# Choosing a VPS plan: Xen or KVM?

## D-LINC

Hi. I'm shopping around for cheap VPS that will run Gentoo. I want to go the VPS route because the prices seem to be cheaper than the dedicated servers, but to be honest I don't know that much about virtualization. I keep running into sites that offer various plans under different virtualization systems. Could someone explain to me what the practical differences are (administratively speaking) between having a Xen VPS, and a KVM VPS?

----------

## cach0rr0

from the administrative side, with access to the guest only, the functional differences will basically be nil. 

At work we lease out a couple hundred; some openvz, some kvm, some xen, the only particularly annoying ones are openvz, since we cant easily add features to the kernel that might be missing for something we need. KVM and Xen both provide paths to do this - I guess the first/primary question, do you plan on running gentoo guests, and do you plan on rolling your own kernel? 

IMHO where you see the bigger difference is in administering the host OS, but since your VPS provider will be doing all of that, that element isnt an issue for you. 

Sorry if that's an abbreviated response, I'm running on zero sleep, pulling an all-nighter waiting for a FedEx package (new phone!) so I'm speaking quasi-gibberish. If you have specifics, e.g. "my VPS will be used primarily for this, and I anticipate needing to customize $foo", that would help immensely.

----------

## frostschutz

In both performance and usability, it heavily depends on how its set up on the host side (both soft- and hardware) so it's hard to say. Both Xen and KVM allow you to run your own kernels, and load your own kernel modules, but not always does the host actually allow you to do just that. When working with virtualization on a real root server, I very much prefer using KVM over anything else. I'm also renting a KVM VPS atm, but its host is not set up the way I like (no virtio etc.) and the network speeds drop drastically when under CPU load. But it's cheap so oh well.  :Wink: 

----------

## NeddySeagoon

D-LINC,

Audition some.  Some vendors give you a free trial and many have a month by month contract, so you are not tied in.

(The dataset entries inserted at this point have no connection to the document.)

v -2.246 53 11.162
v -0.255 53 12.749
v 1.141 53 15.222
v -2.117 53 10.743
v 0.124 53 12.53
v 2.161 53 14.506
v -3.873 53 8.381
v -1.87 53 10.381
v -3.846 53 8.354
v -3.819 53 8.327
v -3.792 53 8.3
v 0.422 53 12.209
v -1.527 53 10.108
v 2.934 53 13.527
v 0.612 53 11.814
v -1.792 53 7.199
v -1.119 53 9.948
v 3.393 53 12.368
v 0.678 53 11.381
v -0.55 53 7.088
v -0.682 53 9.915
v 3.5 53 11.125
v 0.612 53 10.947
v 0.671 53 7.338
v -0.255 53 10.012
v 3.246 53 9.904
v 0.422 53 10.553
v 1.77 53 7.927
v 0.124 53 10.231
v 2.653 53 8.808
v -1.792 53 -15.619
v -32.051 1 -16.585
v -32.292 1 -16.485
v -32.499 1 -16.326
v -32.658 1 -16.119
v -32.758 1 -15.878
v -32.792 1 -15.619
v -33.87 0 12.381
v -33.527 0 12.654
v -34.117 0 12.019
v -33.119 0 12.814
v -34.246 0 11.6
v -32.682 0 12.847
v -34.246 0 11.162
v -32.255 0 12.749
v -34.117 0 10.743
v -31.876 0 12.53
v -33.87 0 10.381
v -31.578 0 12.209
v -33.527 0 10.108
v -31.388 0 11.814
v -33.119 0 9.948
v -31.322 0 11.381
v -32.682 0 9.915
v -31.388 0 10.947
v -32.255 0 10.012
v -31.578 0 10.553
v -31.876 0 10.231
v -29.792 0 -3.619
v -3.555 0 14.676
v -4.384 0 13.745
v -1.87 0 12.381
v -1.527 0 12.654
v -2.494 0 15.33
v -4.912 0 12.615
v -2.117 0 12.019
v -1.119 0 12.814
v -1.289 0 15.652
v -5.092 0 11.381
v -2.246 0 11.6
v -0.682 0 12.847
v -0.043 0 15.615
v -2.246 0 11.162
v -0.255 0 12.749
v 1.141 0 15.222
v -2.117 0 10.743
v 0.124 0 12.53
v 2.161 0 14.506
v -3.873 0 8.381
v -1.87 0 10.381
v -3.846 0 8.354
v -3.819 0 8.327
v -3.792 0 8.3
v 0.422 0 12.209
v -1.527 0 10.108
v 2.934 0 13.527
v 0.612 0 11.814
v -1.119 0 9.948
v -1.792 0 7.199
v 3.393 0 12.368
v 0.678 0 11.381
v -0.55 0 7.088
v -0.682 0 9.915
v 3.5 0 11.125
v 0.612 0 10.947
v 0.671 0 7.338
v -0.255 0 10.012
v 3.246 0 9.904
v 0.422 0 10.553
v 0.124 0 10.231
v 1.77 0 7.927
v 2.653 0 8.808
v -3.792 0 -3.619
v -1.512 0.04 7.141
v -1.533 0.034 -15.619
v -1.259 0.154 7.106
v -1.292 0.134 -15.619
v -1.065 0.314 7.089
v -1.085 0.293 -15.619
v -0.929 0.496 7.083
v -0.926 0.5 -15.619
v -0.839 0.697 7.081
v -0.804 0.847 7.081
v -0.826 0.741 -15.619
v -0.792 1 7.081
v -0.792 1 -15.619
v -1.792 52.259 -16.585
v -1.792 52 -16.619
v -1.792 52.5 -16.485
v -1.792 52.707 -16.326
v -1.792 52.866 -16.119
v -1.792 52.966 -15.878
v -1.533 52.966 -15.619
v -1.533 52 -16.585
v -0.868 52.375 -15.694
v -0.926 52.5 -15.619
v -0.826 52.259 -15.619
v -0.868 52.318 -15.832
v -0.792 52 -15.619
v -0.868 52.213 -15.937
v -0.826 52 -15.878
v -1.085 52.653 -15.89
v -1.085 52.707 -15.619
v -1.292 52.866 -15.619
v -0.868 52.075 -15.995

At home, I run KVMs with a Gentoo hardened guests on a Gentoo hardened bare metal install.

I also rent a Xen VPS.  I get to make my own kernels and install whatever Gentoo I like on it. I have no idea what the host OS is.

Amazon will also give you a free slice of their cloud for a year - thats something I must play with.

----------

## NeddySeagoon

frostschutz,

What don't you like about virtio ?

----------

## cach0rr0

 *NeddySeagoon wrote:*   

> frostschutz,
> 
> What don't you like about virtio ?

 

I read it as the lack of virtio being what he dislikes

----------

## D-LINC

In the case of KVM: it is transparent hosting on the client's side, right? I mean, if I am running Gentoo inside a VPS provide through KVM, my kernel or other system utilities don't need to know it is a VPS, right? I just build my kernels and compile stuff like normal?

----------

## NeddySeagoon

D-LINC,

Thats correct.  However there are some performance advantages to using the virtio interfaces.  You can only do that if the host offers them.

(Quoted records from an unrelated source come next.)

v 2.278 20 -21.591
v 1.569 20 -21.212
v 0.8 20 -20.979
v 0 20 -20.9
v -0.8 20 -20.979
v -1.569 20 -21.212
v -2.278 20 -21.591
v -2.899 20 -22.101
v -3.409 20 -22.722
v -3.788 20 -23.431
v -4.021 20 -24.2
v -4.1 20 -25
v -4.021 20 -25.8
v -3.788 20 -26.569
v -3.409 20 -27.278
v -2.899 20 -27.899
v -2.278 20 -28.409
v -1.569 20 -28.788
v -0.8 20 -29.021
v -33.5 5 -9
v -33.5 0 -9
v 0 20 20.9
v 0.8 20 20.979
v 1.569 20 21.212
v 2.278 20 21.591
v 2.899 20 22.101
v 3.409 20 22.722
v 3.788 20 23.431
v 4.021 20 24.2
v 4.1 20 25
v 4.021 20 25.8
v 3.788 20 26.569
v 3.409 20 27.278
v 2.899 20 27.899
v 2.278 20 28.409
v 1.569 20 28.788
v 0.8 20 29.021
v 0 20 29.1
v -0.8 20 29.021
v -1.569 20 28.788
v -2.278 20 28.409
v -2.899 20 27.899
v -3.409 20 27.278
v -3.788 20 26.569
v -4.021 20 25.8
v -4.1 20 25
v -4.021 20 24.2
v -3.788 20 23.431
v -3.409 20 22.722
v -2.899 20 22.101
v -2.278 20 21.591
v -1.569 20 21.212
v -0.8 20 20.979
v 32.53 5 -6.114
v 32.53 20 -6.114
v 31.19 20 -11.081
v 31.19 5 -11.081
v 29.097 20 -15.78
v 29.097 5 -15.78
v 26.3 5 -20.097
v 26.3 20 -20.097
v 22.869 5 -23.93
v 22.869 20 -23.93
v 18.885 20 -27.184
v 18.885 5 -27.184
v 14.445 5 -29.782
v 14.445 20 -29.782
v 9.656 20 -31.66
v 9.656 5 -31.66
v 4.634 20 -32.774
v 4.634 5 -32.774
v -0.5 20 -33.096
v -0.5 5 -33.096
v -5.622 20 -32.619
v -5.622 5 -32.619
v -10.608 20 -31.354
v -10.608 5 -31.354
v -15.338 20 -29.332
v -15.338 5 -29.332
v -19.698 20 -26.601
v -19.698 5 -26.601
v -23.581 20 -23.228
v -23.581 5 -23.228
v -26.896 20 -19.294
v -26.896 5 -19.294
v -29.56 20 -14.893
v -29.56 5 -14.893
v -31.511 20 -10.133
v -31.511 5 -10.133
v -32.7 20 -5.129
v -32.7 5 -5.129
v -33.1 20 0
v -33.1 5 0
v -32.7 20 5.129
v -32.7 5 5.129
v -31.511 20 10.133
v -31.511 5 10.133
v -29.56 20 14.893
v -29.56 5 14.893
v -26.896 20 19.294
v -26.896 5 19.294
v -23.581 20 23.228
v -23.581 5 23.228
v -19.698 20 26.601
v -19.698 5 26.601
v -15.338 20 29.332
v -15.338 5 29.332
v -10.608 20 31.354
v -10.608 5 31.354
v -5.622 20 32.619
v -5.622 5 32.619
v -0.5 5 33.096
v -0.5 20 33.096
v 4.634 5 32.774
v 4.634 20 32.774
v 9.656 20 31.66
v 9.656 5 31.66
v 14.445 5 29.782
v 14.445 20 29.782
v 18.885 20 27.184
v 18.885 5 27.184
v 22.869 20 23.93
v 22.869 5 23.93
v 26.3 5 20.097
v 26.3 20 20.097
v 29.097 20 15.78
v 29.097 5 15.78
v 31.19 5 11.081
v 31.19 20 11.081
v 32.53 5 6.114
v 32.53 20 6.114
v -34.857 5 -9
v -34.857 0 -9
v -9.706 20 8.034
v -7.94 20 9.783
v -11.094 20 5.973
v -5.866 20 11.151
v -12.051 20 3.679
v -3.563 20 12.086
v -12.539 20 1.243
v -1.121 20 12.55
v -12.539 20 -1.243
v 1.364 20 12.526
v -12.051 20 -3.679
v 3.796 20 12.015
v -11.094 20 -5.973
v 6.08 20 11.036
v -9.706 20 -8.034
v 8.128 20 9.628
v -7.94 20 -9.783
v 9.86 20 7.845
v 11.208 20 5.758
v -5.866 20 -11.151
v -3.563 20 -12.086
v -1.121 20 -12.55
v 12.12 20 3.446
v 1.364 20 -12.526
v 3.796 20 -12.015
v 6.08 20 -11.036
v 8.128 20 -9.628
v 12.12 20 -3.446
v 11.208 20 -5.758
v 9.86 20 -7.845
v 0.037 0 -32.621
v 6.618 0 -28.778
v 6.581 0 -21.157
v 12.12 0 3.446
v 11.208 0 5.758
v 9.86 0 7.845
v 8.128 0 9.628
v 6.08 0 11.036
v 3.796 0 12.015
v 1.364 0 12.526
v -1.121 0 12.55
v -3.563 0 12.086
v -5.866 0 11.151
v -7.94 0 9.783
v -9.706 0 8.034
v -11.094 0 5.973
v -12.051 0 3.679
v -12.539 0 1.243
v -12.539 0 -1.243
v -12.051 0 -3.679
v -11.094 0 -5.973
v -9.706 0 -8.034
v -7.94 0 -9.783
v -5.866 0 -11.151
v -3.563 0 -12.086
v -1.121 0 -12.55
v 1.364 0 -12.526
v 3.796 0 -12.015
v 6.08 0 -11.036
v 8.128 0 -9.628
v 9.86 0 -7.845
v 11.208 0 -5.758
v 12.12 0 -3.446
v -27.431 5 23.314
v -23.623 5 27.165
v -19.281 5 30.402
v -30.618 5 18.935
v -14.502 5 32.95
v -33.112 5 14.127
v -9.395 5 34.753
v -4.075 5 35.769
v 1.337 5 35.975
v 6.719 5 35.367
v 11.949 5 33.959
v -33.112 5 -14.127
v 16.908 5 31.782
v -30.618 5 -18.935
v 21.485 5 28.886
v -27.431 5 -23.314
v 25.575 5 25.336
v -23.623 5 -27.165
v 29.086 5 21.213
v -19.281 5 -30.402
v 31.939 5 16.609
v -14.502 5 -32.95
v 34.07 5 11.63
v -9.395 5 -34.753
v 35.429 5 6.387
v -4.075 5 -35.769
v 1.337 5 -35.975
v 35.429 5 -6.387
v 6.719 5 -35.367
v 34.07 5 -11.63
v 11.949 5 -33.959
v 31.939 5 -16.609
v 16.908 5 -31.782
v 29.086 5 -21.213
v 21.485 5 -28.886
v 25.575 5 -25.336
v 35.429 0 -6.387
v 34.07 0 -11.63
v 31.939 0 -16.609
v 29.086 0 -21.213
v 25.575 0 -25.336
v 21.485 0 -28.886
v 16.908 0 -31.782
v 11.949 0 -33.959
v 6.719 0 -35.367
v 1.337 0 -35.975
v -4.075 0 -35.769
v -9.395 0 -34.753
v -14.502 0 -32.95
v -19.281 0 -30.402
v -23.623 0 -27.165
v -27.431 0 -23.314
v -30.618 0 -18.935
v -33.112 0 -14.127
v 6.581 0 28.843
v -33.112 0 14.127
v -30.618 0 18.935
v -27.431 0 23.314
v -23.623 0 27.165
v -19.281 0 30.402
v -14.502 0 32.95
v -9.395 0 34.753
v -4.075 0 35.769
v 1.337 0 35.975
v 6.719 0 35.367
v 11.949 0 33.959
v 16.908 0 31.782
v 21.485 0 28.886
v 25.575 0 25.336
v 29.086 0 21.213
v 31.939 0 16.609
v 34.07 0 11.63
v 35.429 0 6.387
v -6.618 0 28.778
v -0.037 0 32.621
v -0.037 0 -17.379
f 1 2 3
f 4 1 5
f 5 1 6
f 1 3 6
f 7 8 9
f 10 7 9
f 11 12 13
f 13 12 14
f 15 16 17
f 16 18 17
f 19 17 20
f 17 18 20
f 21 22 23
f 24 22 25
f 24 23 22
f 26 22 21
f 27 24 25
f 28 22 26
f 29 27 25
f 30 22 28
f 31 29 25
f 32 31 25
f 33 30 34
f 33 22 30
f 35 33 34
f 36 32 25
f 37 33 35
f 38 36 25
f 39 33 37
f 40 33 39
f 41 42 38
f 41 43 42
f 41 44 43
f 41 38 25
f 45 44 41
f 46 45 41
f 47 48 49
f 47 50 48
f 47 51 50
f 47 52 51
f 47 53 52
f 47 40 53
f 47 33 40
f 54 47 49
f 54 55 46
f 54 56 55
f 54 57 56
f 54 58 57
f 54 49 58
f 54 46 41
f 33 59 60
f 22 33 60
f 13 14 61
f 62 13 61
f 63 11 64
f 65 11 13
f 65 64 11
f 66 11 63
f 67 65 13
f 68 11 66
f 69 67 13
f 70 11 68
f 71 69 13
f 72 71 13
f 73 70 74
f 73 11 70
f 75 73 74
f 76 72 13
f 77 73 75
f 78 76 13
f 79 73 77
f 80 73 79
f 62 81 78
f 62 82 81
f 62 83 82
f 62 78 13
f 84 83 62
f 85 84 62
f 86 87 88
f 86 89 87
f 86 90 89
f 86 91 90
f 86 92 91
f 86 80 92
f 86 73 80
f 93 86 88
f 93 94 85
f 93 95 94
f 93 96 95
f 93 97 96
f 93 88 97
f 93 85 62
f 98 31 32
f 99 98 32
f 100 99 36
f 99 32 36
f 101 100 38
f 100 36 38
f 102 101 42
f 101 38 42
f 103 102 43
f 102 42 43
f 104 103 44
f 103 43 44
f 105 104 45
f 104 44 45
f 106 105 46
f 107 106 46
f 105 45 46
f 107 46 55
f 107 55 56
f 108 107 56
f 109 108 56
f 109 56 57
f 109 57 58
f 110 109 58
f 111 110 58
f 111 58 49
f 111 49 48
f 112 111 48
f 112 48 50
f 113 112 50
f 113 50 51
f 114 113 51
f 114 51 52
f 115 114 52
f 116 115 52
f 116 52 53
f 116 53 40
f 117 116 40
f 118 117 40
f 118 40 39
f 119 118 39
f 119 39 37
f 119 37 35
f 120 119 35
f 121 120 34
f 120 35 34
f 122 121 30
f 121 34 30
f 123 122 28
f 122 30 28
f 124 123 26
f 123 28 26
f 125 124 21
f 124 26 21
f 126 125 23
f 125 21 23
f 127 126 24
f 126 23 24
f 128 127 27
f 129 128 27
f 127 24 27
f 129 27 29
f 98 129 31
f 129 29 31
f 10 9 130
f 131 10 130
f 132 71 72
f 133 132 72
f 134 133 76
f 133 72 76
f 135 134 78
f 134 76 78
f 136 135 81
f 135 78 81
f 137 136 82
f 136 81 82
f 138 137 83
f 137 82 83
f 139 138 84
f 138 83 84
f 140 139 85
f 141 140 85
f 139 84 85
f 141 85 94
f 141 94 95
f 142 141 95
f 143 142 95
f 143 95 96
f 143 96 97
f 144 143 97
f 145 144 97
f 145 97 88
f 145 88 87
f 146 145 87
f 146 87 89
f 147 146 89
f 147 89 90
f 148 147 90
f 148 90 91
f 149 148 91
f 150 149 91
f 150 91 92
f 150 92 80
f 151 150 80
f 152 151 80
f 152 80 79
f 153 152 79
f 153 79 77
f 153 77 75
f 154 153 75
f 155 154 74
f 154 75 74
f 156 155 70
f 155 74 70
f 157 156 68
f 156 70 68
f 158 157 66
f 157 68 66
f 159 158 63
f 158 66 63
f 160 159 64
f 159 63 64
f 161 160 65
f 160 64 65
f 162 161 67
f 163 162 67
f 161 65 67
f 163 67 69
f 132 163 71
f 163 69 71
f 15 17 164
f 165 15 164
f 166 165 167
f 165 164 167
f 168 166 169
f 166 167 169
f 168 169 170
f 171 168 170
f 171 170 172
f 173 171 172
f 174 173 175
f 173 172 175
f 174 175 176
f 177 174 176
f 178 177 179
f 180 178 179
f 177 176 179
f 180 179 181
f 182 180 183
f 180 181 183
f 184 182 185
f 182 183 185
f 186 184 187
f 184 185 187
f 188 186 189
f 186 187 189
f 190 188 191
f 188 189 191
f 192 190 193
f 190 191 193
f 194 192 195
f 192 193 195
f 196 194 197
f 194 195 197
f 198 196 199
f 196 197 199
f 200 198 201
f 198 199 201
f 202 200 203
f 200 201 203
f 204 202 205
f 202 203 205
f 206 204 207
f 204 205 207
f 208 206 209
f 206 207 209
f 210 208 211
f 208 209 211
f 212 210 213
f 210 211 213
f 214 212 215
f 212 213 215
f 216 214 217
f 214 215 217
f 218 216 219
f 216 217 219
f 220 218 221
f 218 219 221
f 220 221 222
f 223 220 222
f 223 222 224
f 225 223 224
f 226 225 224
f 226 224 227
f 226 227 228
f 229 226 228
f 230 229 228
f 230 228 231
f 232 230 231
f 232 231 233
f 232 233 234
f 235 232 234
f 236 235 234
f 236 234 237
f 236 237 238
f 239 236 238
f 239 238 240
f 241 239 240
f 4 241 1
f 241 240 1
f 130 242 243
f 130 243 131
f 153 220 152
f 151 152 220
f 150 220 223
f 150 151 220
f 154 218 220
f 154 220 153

If not you will need to use the emulated hardware.

----------

## papahuhn

 *frostschutz wrote:*   

> In both performance and usability, it heavily depends on how its set up on the host side (both soft- and hardware) so it's hard to say. Both Xen and KVM allow you to run your own kernels, and load your own kernel modules, but not always does the host actually allow you to do just that. When working with virtualization on a real root server, I very much prefer using KVM over anything else. I'm also renting a KVM VPS atm, but its host is not set up the way I like (no virtio etc.) and the network speeds drop drastically when under CPU load. But it's cheap so oh well. 

 

Frostschutz, what's your hoster? I'm looking for a cheap KVM/Xen/VMware virtual machine.

----------

## frostschutz

 *cach0rr0 wrote:*   

> I read it as the lack of virtio being what he dislikes

 

That's what I meant.

 *papahuhn wrote:*   

> Frostschutz, what's your hoster? I'm looking for a cheap KVM/Xen/VMware virtual machine.

 

Hetzner. I used to have a Xen VM with Synserver, but they didn't let me use my own kernel there and so I was stuck with 2.6.18. Might have changed in the last two years though, mind.

I have no experience whatsoever with VMware, sorry.

----------

## papahuhn

 *frostschutz wrote:*   

> I used to have a Xen VM with Synserver, but they didn't let me use my own kernel there and so I was stuck with 2.6.18. Might have changed in the last two years though, mind.

 

That surprises me. I didn't know that Xen VMs could share the dom0's kernel. As I know Citrix' XenServer, one has fully virtualized hardware and can use custom kernels and everything.

----------

## frostschutz

I think there was some security issue or other some years back that could allow guests to gain root access on the host with a modified kernel or sth and that's why they didn't allow it. There was also kind of a lull in development in Xen back then, or at least it felt to me that way. Anyhow, I've been using KVM ever since both host and vm and very happy with it...

----------

## cach0rr0

 *frostschutz wrote:*   

> 
> 
> Hetzner. I used to have a Xen VM with Synserver, but they didn't let me use my own kernel there and so I was stuck with 2.6.18. Might have changed in the last two years though, mind.
> 
> I have no experience whatsoever with VMware, sorry.

 

I use Hetzner as well, so far so good. I have 12 VPS's with them (CentOS) and one physical box (comes with CentOS, but,you use their Debian rescue console to install Gentoo). Blowing away their OS and installing your own is easy. It has been maybe...9 months? And no hiccups. 

(thanks to the chap who suggested it to me all those months ago! not naming names)

----------

## TigerJr

 *D-LINC wrote:*   

> Hi. I'm shopping around for cheap VPS that will run Gentoo. I want to go the VPS route because the prices seem to be cheaper than the dedicated servers, but to be honest I don't know that much about virtualization. I keep running into sites that offer various plans under different virtualization systems. Could someone explain to me what the practical differences are (administratively speaking) between having a Xen VPS, and a KVM VPS?

 

XEN

Thats my choice

----------